Gideon stamped on his foot to show his lack of appreciation for that little joke in front of Lizzie's mother. Mrs Walker shook her head at both of them and walked over to where Lizzie was still trying to duck behind cover. She took her by the hand and led her out into the center of the room again. "It's already been ruined, dear. You might as well let him see you in it," she said reasonably with a knowing smile on her face.

Gideon looked thunderstruck. "Oh Lizzie," he whispered in a hushed tone of voice. "You look beautiful. You can't have been meant for me. I don't deserve something that perfect."

Fabian snorted. Gideon turned to him, "Oh like you looked any different when you saw Anna walking down the aisle. As best man I had a superb view of your shocked face." Fabian laughed again, but his eyes all too soon clouded over with the old pain. Gideon had already turned back to Lizzie who turned slowly to let him see from all angles.
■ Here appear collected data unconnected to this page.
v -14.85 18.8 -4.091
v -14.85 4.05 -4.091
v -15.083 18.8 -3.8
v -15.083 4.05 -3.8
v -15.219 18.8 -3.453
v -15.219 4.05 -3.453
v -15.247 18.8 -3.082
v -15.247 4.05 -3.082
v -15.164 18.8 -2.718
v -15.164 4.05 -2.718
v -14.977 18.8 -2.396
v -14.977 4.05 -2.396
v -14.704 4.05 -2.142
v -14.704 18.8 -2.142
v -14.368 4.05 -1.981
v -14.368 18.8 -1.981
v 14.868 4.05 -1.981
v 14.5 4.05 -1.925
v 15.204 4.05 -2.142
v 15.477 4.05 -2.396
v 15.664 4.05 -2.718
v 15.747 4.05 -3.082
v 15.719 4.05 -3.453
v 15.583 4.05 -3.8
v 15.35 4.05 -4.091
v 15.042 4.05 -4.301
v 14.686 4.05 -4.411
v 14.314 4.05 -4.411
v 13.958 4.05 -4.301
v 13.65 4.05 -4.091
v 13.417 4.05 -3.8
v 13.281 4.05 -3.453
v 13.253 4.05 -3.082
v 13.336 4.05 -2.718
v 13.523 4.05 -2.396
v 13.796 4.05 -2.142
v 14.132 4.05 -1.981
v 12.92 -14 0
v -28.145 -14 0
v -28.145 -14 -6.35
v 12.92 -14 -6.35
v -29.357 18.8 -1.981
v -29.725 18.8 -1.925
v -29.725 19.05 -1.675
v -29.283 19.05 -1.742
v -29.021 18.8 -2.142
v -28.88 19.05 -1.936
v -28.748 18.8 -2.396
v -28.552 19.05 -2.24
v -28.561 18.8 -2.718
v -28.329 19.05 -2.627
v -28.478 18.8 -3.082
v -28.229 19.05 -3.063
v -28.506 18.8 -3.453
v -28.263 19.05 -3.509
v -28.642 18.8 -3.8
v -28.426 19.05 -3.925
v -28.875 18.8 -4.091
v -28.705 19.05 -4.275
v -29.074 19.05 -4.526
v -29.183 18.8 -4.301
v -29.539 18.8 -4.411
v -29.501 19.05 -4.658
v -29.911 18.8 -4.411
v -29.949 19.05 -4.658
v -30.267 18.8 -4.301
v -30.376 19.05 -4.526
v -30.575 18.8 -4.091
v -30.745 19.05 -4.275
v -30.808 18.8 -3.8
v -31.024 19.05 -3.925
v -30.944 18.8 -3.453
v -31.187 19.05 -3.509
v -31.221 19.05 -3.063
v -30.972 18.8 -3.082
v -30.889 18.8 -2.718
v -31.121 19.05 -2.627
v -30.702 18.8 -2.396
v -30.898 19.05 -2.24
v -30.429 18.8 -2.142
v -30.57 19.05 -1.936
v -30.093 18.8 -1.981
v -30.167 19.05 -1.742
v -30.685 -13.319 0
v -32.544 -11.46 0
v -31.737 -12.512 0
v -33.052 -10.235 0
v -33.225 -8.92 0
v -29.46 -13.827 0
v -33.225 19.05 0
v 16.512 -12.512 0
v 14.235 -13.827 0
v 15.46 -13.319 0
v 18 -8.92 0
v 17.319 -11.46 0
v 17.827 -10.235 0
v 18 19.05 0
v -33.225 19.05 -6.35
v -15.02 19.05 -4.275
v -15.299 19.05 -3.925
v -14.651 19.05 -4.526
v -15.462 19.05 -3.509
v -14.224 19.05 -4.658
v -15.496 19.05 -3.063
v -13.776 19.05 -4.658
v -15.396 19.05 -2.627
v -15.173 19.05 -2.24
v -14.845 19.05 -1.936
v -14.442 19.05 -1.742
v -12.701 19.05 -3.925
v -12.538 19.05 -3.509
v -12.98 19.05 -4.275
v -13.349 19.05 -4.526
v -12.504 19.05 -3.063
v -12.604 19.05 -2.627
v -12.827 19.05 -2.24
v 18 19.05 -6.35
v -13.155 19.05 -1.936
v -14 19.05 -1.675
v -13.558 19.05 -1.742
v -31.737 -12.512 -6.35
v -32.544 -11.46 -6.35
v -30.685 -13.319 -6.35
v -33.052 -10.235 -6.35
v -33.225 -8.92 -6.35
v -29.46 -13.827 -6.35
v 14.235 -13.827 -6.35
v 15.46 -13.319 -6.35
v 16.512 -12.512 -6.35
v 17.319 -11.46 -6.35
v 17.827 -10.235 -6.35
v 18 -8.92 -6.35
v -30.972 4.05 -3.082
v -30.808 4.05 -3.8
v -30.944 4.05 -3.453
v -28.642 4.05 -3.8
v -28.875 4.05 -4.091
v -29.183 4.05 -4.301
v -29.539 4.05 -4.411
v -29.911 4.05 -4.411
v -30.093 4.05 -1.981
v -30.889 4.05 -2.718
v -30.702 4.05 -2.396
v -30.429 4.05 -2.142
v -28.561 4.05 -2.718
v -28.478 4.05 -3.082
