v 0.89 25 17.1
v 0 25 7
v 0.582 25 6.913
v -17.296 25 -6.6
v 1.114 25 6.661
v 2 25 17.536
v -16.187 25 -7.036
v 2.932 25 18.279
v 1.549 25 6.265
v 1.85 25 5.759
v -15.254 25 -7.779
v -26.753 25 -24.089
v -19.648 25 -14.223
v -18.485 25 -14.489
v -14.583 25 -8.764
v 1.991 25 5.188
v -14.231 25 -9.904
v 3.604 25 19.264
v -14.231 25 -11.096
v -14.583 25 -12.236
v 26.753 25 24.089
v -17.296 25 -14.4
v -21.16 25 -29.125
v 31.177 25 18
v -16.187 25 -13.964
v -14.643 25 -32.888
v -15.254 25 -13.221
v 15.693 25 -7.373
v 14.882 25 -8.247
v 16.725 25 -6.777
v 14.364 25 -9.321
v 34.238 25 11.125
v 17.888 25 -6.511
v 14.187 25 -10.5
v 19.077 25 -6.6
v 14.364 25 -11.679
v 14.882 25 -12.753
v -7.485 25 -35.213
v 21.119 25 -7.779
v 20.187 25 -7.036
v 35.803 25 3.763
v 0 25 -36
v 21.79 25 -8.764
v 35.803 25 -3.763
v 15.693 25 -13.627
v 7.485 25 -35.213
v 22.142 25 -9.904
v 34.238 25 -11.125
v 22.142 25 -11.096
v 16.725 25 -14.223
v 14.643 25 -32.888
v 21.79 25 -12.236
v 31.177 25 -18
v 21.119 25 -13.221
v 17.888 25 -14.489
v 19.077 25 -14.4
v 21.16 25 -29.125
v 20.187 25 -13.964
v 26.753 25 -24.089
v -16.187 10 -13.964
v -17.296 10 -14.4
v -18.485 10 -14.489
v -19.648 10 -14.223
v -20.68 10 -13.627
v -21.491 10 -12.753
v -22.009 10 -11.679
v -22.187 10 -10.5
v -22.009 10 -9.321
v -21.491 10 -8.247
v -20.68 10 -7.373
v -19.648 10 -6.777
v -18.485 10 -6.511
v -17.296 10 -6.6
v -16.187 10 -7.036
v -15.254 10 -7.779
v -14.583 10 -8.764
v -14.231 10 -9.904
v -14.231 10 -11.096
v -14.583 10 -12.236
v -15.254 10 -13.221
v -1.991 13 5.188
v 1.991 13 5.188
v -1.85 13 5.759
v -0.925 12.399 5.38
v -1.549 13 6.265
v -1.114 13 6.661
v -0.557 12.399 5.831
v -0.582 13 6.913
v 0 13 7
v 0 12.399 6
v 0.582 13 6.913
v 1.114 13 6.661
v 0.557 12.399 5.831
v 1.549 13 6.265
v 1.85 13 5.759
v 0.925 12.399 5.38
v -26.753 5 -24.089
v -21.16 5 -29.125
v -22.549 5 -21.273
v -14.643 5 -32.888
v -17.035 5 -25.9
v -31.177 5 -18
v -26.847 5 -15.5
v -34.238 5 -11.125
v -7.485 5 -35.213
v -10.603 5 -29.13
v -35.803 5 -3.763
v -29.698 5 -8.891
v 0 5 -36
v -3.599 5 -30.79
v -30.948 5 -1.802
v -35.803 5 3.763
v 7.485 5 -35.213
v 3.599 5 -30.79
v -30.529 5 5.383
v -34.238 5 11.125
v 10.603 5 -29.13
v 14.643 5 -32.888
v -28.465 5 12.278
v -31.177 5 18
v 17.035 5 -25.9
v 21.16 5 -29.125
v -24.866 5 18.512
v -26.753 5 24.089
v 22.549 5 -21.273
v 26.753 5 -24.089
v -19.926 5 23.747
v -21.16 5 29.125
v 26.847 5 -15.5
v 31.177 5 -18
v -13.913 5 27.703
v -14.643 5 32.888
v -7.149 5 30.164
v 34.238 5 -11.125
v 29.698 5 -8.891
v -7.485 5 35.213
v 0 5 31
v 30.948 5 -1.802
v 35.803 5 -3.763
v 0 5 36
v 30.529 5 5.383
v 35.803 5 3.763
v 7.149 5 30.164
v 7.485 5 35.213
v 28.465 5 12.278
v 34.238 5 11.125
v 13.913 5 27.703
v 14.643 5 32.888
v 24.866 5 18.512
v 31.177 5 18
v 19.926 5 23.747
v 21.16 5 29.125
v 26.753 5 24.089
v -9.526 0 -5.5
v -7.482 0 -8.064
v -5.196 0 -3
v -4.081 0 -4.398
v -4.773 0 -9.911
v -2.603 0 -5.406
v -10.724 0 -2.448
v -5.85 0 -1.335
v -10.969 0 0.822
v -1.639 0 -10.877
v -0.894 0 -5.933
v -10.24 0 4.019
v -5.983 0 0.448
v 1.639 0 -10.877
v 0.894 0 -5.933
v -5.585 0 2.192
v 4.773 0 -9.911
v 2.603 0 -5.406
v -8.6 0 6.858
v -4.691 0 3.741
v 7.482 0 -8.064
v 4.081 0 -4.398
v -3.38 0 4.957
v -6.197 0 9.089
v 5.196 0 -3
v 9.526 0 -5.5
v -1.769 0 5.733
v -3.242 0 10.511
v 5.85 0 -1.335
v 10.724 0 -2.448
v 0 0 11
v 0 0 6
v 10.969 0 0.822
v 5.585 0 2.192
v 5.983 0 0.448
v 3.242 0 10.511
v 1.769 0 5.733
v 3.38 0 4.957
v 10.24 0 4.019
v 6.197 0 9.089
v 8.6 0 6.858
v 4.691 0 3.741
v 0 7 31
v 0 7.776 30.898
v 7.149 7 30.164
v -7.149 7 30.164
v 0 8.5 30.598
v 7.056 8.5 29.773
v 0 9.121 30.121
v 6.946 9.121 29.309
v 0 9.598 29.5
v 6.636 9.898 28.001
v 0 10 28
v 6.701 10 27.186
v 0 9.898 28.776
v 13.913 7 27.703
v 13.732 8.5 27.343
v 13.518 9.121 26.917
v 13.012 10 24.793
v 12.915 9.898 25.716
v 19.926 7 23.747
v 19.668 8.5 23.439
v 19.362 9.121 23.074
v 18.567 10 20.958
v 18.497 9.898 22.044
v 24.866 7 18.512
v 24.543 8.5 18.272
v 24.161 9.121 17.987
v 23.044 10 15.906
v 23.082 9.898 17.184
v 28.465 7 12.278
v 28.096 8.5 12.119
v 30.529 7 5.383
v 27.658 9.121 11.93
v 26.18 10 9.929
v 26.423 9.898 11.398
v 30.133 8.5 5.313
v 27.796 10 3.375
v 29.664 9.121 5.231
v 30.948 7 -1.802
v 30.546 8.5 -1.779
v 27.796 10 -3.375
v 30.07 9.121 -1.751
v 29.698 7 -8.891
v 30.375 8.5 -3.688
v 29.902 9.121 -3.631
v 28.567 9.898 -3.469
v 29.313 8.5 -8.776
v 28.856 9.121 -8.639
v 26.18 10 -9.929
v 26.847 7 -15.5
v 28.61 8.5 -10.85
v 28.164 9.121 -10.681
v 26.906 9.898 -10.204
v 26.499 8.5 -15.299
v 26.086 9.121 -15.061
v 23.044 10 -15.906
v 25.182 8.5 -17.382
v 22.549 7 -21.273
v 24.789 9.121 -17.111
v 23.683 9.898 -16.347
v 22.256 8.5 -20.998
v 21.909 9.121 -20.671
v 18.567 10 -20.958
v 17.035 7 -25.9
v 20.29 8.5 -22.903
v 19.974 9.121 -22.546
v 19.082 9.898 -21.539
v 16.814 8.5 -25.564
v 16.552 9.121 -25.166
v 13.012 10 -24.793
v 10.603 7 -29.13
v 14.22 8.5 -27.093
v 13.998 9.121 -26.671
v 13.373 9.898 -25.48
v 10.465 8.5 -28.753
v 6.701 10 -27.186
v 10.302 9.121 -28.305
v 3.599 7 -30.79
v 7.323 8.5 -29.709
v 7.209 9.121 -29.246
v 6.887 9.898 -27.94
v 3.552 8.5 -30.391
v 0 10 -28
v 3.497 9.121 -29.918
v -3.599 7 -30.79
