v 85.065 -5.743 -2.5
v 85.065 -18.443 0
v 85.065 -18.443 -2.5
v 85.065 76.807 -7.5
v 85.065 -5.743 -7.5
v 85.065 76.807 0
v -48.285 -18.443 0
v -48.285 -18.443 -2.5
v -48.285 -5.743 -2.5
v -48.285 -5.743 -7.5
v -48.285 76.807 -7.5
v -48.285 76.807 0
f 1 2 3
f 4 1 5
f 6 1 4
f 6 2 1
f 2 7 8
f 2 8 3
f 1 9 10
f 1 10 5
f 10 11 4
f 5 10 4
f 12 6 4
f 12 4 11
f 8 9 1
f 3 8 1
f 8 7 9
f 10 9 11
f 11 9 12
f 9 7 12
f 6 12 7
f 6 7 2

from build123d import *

# Parameters (mm, degrees)
F0_W     = 127
F0_H     = 79.375
F1_DEPTH = 7.5
F0_W_2   = 3.175
F0_H_2   = 12.7
F2_DEPTH = 2.5


with BuildPart() as f1:
    # F0 (on Top) → F1 (new body)
    with BuildSketch(Plane.XY):
        Polygon((85.0653162807, 76.807467067), (-48.2846837193, 76.807467067), (-48.2846837193, -5.742532933), (-45.1096837193, -5.742532933), (-45.1096837193, 73.632467067), (81.8903162807, 73.632467067), (81.8903162807, -5.742532933), (85.0653162807, -5.742532933), align=None)
        with Locations((18.3903162807, 33.944967067)):
            Rectangle(F0_W, F0_H)
    extrude(amount=-F1_DEPTH)

    # F0 (on Top) → F2 (join)
    with BuildSketch(Plane.XY):
        with Locations((-46.6971837193, -12.092532933)):
            Rectangle(F0_W_2, F0_H_2)
        with Locations((83.4778162807, -12.092532933)):
            Rectangle(F0_W_2, F0_H_2)
        with Locations((18.3903162807, -12.092532933)):
            Rectangle(F0_W, F0_H_2)
    extrude(amount=-F2_DEPTH)


solid = f1.part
Gideon walked up to her and took her face in his hand. "You're lovely," he whispered, not caring that her mother was only a foot away on the other side of her.

Lizzie smiled at him, but punched him on the arm that wasn't holding her cheek. "Yes, and you've gone and ruined it. What on earth are you doing here anyway?"

"Well I was - ow!" he began, pausing to rub his shoulder where her second blow had struck him. "Looking for you, actually. Your father said this is where you'd be. We were supposed to put up the wards on your house today, if you remember."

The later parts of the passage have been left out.